RECORDS SUPPLIED —
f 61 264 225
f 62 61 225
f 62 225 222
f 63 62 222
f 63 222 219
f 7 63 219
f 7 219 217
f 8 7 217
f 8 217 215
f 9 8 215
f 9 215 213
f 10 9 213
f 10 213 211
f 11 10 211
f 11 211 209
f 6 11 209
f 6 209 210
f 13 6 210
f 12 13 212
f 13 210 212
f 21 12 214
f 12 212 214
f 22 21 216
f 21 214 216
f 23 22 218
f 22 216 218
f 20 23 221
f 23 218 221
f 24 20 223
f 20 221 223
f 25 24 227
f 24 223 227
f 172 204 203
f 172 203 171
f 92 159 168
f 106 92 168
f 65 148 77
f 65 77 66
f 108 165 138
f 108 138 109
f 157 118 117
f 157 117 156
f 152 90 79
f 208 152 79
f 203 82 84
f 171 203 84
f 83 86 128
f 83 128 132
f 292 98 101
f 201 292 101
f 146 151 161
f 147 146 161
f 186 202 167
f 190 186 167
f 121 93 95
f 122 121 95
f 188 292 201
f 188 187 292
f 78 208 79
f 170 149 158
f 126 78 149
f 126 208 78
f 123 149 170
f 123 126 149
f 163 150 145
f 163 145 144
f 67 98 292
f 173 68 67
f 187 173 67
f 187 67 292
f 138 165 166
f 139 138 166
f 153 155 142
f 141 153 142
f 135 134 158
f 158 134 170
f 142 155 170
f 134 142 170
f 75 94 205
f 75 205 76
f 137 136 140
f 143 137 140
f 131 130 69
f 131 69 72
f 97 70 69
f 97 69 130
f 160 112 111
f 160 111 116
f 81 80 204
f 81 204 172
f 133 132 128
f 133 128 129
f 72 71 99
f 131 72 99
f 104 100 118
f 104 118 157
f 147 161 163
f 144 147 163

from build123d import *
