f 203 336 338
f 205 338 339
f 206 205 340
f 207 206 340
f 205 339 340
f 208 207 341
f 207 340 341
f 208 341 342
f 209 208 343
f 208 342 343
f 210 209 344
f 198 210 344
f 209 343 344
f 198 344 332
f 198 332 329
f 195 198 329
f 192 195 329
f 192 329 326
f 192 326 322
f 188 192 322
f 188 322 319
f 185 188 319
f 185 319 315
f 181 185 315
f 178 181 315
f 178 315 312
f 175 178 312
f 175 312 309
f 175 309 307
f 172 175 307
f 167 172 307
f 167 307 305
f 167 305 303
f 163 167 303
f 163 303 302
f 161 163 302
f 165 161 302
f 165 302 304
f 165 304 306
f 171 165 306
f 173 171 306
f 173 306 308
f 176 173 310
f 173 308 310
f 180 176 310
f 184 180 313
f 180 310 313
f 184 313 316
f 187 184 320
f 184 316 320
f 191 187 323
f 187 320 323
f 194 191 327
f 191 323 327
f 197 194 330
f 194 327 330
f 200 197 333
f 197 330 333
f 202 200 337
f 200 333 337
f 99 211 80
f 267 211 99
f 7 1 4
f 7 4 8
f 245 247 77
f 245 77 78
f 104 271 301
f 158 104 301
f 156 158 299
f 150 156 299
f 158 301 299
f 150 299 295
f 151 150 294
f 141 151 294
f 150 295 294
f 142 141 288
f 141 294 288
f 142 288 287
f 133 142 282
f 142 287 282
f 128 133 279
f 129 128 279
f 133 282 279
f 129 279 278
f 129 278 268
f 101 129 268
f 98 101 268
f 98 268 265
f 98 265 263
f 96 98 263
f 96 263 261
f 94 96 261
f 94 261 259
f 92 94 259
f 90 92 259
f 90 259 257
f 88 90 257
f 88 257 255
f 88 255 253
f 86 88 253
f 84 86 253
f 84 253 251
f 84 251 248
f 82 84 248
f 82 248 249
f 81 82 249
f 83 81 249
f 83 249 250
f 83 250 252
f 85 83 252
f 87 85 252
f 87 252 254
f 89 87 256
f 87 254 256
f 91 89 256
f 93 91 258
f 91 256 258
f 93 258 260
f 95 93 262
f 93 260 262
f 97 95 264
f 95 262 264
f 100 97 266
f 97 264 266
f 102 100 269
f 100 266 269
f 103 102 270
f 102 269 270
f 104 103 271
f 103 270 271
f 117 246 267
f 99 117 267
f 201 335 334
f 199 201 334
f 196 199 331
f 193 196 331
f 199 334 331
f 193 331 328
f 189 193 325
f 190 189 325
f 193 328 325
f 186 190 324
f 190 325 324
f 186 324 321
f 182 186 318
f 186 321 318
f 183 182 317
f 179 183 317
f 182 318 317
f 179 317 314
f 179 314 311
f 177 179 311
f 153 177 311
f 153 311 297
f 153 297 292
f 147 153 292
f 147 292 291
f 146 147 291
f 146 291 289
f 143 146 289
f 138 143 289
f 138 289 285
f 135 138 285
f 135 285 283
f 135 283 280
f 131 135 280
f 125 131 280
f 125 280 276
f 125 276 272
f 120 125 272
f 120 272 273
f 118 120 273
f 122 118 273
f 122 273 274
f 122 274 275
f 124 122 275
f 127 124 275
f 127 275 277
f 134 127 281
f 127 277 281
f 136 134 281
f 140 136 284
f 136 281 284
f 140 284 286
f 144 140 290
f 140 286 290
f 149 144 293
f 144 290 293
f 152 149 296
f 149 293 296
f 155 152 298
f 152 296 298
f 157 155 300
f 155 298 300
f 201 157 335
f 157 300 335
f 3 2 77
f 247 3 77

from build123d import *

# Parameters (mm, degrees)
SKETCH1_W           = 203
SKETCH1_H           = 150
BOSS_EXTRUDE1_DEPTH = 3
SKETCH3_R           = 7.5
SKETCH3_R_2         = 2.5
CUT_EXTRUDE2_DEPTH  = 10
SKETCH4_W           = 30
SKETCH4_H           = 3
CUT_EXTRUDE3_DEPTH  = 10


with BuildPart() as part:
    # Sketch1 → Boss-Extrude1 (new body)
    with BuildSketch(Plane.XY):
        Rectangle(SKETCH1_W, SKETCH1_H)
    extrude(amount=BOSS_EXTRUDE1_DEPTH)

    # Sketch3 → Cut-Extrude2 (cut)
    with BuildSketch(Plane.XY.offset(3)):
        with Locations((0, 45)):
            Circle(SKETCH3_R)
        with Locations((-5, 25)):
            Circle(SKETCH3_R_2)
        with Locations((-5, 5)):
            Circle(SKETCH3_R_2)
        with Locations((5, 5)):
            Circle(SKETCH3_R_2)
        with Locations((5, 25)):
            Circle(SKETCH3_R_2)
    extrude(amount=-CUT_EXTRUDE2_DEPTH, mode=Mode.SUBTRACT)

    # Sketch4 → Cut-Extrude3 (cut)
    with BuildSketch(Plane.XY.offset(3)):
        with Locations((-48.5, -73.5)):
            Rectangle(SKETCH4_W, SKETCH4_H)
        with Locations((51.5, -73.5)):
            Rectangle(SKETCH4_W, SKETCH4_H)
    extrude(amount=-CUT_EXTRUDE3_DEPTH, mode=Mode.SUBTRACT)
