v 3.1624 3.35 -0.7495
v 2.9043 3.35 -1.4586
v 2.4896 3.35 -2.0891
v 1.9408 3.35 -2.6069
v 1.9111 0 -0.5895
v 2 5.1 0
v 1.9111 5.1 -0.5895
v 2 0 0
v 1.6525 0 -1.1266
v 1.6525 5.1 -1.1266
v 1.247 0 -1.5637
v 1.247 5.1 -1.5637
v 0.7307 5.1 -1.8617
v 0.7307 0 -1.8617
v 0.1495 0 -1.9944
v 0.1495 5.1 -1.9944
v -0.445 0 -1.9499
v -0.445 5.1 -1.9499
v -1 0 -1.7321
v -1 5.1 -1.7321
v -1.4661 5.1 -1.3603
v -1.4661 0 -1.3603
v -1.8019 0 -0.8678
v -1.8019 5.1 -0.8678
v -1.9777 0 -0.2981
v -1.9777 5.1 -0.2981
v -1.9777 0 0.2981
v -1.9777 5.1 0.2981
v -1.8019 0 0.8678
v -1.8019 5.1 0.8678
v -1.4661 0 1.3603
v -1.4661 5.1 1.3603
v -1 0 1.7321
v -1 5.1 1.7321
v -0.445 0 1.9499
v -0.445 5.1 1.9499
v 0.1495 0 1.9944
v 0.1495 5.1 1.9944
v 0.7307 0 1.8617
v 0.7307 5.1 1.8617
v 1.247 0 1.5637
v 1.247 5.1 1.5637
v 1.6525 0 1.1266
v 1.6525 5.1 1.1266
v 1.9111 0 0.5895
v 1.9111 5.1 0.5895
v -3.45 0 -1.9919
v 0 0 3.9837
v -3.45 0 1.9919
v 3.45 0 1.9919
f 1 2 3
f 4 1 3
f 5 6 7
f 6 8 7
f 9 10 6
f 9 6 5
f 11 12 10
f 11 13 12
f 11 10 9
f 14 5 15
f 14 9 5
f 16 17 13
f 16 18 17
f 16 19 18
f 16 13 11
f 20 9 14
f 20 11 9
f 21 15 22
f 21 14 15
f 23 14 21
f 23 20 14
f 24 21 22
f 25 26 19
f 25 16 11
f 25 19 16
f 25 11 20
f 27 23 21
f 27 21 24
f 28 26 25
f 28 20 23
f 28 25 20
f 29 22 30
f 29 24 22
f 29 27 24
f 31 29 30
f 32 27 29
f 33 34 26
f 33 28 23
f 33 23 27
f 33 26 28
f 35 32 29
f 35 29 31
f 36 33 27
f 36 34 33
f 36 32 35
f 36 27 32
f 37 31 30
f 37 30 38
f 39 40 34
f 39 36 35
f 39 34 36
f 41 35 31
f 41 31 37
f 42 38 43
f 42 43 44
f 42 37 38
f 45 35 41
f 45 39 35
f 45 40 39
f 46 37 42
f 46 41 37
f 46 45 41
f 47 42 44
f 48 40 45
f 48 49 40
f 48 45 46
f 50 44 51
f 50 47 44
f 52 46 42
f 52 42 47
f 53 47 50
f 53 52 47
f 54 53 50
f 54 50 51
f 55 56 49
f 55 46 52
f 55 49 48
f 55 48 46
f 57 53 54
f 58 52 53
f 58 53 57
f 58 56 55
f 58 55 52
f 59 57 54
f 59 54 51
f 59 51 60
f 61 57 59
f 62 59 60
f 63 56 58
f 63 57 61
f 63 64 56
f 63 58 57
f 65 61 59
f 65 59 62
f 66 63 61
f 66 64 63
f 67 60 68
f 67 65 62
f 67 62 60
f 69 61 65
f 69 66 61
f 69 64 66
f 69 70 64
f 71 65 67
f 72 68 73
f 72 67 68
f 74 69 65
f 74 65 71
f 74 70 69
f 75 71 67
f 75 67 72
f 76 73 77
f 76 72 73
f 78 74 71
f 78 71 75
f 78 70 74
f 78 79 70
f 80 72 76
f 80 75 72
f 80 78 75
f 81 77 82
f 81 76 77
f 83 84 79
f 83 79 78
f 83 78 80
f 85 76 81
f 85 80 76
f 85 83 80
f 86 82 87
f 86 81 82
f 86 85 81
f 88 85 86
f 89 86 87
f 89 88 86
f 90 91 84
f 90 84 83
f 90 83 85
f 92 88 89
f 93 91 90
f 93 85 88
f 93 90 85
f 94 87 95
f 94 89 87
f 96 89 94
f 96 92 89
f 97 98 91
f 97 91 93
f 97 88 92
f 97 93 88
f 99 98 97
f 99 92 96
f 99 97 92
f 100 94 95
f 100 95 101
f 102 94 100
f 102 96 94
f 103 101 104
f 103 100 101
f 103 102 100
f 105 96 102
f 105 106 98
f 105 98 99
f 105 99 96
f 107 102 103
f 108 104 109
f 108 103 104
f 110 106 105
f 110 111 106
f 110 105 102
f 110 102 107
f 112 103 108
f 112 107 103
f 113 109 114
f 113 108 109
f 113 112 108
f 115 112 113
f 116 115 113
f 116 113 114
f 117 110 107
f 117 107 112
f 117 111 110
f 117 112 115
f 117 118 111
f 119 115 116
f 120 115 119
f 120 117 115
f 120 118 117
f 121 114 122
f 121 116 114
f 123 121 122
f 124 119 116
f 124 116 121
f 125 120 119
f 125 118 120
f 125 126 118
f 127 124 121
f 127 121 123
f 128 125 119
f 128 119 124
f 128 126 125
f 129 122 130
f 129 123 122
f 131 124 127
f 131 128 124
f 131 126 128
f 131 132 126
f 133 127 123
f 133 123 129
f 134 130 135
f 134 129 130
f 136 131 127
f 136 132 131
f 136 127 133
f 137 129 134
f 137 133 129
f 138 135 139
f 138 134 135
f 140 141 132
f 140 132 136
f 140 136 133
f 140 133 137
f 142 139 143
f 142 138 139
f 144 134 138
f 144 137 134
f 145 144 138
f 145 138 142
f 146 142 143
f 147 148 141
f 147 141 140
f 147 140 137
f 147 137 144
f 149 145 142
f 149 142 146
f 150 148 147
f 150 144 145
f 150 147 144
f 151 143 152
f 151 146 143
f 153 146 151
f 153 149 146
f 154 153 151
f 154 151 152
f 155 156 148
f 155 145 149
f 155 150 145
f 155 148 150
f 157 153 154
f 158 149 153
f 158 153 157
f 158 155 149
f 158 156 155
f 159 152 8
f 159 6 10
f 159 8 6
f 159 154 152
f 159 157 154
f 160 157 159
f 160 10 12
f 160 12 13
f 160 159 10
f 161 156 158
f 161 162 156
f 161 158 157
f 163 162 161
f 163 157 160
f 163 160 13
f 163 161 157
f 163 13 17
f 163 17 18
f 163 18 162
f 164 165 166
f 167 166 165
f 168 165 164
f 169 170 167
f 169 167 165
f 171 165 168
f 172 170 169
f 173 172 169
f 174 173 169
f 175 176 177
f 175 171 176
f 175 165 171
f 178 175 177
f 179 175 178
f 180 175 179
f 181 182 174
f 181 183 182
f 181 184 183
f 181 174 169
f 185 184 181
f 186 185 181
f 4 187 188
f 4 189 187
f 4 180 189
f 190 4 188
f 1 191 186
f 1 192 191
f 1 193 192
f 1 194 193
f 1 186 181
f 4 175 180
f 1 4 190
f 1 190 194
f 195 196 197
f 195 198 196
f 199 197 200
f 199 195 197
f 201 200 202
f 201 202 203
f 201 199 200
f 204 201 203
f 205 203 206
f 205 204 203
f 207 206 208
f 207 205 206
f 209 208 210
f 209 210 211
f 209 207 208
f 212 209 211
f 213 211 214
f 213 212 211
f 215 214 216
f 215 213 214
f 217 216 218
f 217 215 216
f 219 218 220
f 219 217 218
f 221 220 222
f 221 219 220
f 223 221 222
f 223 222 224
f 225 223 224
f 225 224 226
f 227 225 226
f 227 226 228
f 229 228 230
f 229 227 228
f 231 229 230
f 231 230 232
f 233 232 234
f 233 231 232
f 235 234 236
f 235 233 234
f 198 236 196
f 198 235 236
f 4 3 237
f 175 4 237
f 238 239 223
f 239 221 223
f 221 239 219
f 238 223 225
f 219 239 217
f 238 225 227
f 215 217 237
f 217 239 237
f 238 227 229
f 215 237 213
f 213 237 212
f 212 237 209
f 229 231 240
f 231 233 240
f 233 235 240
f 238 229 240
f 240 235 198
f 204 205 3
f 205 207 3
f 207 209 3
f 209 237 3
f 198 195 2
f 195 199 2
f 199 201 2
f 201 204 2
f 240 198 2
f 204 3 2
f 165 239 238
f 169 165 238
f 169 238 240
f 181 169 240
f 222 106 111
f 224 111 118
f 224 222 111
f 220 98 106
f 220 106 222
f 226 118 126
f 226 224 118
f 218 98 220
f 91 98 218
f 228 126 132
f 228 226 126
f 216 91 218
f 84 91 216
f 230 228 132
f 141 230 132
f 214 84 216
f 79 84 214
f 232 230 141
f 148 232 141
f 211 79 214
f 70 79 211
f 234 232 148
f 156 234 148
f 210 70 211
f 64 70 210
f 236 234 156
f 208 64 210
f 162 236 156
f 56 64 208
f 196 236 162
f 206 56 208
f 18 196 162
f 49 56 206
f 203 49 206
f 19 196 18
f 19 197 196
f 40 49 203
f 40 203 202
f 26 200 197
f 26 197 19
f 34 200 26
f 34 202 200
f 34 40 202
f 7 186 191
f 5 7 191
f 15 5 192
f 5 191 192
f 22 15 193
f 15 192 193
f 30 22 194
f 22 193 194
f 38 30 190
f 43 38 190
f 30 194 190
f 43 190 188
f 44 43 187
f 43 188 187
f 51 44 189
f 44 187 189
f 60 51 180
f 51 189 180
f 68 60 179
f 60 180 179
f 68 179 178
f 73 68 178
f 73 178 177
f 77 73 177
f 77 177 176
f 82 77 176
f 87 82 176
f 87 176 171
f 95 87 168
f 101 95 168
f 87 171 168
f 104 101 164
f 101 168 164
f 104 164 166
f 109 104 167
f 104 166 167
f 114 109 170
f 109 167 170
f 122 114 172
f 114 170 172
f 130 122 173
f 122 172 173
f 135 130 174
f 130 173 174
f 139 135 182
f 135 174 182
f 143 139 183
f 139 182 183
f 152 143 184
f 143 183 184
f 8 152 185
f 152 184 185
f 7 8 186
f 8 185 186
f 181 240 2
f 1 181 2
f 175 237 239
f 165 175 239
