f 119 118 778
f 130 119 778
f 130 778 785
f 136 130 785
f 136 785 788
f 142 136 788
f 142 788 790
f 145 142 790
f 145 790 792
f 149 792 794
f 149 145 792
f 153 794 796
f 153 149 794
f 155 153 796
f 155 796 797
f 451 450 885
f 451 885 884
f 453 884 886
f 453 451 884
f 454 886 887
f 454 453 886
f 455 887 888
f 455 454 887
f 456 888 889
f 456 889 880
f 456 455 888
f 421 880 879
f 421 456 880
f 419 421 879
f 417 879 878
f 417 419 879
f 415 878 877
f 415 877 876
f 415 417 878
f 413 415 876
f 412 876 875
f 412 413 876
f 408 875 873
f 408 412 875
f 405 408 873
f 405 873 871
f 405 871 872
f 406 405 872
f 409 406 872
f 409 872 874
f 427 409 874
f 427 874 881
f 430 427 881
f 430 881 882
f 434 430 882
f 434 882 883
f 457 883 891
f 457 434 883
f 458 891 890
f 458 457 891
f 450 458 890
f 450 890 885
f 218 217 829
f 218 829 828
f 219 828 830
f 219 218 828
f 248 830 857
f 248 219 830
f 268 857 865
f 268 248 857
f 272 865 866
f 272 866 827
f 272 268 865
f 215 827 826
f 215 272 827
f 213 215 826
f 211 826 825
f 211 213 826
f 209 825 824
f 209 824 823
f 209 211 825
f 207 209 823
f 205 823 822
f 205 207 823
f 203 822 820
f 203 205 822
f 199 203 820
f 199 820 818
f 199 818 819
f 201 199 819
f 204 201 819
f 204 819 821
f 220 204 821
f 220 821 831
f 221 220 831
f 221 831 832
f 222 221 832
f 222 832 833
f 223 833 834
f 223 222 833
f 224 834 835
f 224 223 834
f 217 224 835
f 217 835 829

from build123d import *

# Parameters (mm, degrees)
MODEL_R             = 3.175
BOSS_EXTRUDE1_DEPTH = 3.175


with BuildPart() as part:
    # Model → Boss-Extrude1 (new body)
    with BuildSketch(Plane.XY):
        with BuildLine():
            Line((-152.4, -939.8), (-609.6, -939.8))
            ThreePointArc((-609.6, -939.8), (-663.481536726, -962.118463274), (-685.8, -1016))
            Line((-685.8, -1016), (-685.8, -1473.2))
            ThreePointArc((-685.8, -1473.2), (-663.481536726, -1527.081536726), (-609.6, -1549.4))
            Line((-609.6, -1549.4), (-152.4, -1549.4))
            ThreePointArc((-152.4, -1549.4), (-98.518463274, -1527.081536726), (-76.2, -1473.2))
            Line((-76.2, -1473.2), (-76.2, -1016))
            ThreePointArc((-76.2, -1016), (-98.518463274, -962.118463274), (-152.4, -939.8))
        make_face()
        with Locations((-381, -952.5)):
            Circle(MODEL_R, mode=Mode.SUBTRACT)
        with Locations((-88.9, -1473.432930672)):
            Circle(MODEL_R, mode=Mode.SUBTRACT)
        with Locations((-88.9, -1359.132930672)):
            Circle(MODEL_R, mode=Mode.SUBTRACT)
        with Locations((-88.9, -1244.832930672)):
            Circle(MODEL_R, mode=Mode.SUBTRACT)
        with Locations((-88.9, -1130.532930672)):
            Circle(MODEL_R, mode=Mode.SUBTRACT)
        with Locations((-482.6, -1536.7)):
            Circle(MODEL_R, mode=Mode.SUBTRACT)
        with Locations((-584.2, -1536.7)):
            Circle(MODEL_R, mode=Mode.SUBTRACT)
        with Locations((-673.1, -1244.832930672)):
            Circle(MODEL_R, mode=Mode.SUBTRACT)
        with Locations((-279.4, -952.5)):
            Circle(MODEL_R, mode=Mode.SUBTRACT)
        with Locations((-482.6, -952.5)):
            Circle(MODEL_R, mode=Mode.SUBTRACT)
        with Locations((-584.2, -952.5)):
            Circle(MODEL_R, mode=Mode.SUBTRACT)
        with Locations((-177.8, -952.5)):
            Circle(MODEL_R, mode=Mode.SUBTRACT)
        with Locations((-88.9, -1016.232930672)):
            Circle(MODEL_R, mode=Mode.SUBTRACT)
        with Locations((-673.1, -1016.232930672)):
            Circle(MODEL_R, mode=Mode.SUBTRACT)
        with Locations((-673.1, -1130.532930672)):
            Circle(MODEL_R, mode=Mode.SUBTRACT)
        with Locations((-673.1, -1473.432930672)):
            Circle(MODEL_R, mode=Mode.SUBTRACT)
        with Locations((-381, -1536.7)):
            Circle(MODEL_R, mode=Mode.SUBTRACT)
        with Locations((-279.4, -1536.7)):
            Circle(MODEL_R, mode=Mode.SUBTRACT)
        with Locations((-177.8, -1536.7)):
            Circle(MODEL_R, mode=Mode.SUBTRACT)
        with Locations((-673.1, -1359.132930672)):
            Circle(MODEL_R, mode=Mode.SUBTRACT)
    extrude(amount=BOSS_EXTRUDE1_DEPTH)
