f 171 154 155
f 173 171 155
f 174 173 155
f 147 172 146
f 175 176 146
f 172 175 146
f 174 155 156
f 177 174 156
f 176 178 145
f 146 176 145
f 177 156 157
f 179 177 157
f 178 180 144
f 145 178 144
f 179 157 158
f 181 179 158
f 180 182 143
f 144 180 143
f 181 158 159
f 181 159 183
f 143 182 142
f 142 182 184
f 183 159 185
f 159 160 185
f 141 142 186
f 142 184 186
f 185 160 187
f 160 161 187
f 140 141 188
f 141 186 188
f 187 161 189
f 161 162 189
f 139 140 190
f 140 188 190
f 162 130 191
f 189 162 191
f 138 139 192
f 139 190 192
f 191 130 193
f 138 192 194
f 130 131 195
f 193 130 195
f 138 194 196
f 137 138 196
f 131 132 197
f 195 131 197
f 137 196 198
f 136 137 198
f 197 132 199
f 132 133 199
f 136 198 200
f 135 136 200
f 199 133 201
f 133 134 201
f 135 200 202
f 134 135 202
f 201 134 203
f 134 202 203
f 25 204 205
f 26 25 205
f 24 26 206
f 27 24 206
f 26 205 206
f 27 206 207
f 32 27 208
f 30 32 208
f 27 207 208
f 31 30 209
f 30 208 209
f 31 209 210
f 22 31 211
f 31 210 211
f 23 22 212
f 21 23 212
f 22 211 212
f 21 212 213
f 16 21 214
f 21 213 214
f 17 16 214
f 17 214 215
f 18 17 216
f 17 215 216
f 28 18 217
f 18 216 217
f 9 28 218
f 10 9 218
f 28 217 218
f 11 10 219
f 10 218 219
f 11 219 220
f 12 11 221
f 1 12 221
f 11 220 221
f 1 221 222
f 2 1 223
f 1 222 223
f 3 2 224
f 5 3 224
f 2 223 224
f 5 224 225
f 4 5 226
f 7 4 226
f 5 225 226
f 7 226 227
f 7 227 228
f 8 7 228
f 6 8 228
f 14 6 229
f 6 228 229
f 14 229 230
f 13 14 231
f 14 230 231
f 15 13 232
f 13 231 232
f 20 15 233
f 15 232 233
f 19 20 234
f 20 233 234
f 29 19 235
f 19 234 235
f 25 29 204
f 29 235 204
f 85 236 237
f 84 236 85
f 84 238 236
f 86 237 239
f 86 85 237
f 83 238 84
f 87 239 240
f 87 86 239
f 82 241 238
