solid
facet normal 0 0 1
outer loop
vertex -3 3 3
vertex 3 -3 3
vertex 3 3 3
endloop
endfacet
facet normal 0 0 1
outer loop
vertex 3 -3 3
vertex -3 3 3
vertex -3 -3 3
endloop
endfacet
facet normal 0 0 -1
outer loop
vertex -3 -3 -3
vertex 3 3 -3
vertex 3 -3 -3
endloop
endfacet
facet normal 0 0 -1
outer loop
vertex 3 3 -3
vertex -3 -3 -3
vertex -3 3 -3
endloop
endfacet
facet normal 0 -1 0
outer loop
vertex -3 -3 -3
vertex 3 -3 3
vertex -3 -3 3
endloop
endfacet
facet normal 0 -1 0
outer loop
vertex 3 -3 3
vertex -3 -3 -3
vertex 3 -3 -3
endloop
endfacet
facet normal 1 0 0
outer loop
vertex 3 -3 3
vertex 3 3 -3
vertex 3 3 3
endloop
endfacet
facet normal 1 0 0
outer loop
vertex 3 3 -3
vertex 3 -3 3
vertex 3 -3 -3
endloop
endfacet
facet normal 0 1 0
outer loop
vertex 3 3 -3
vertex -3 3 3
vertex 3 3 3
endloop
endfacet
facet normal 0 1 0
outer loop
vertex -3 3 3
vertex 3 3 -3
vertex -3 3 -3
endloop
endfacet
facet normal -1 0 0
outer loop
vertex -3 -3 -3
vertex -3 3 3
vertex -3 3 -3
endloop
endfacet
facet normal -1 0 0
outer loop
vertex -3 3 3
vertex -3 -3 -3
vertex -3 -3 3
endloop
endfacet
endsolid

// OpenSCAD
// Generated by Mecha (https://github.com/tomahawkins/mecha)

color([0.5, 0.5, 0.5, 1.0]) translate ([-3.0, -3.0, -3.0]) cube(size = [6.0, 6.0, 6.0], center = false);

DESCRIPTION OF THE TASK —
Filter the listing above by the word "amount"; copy each line that passes.

WRITTEN ANSWER —
    extrude(amount=BOSS_EXTRUDE1_DEPTH)
    extrude(amount=-CUT_EXTRUDE2_DEPTH, mode=Mode.SUBTRACT)
    extrude(amount=-CUT_EXTRUDE3_DEPTH, mode=Mode.SUBTRACT)
    extrude(amount=BOSS_EXTRUDE1_DEPTH)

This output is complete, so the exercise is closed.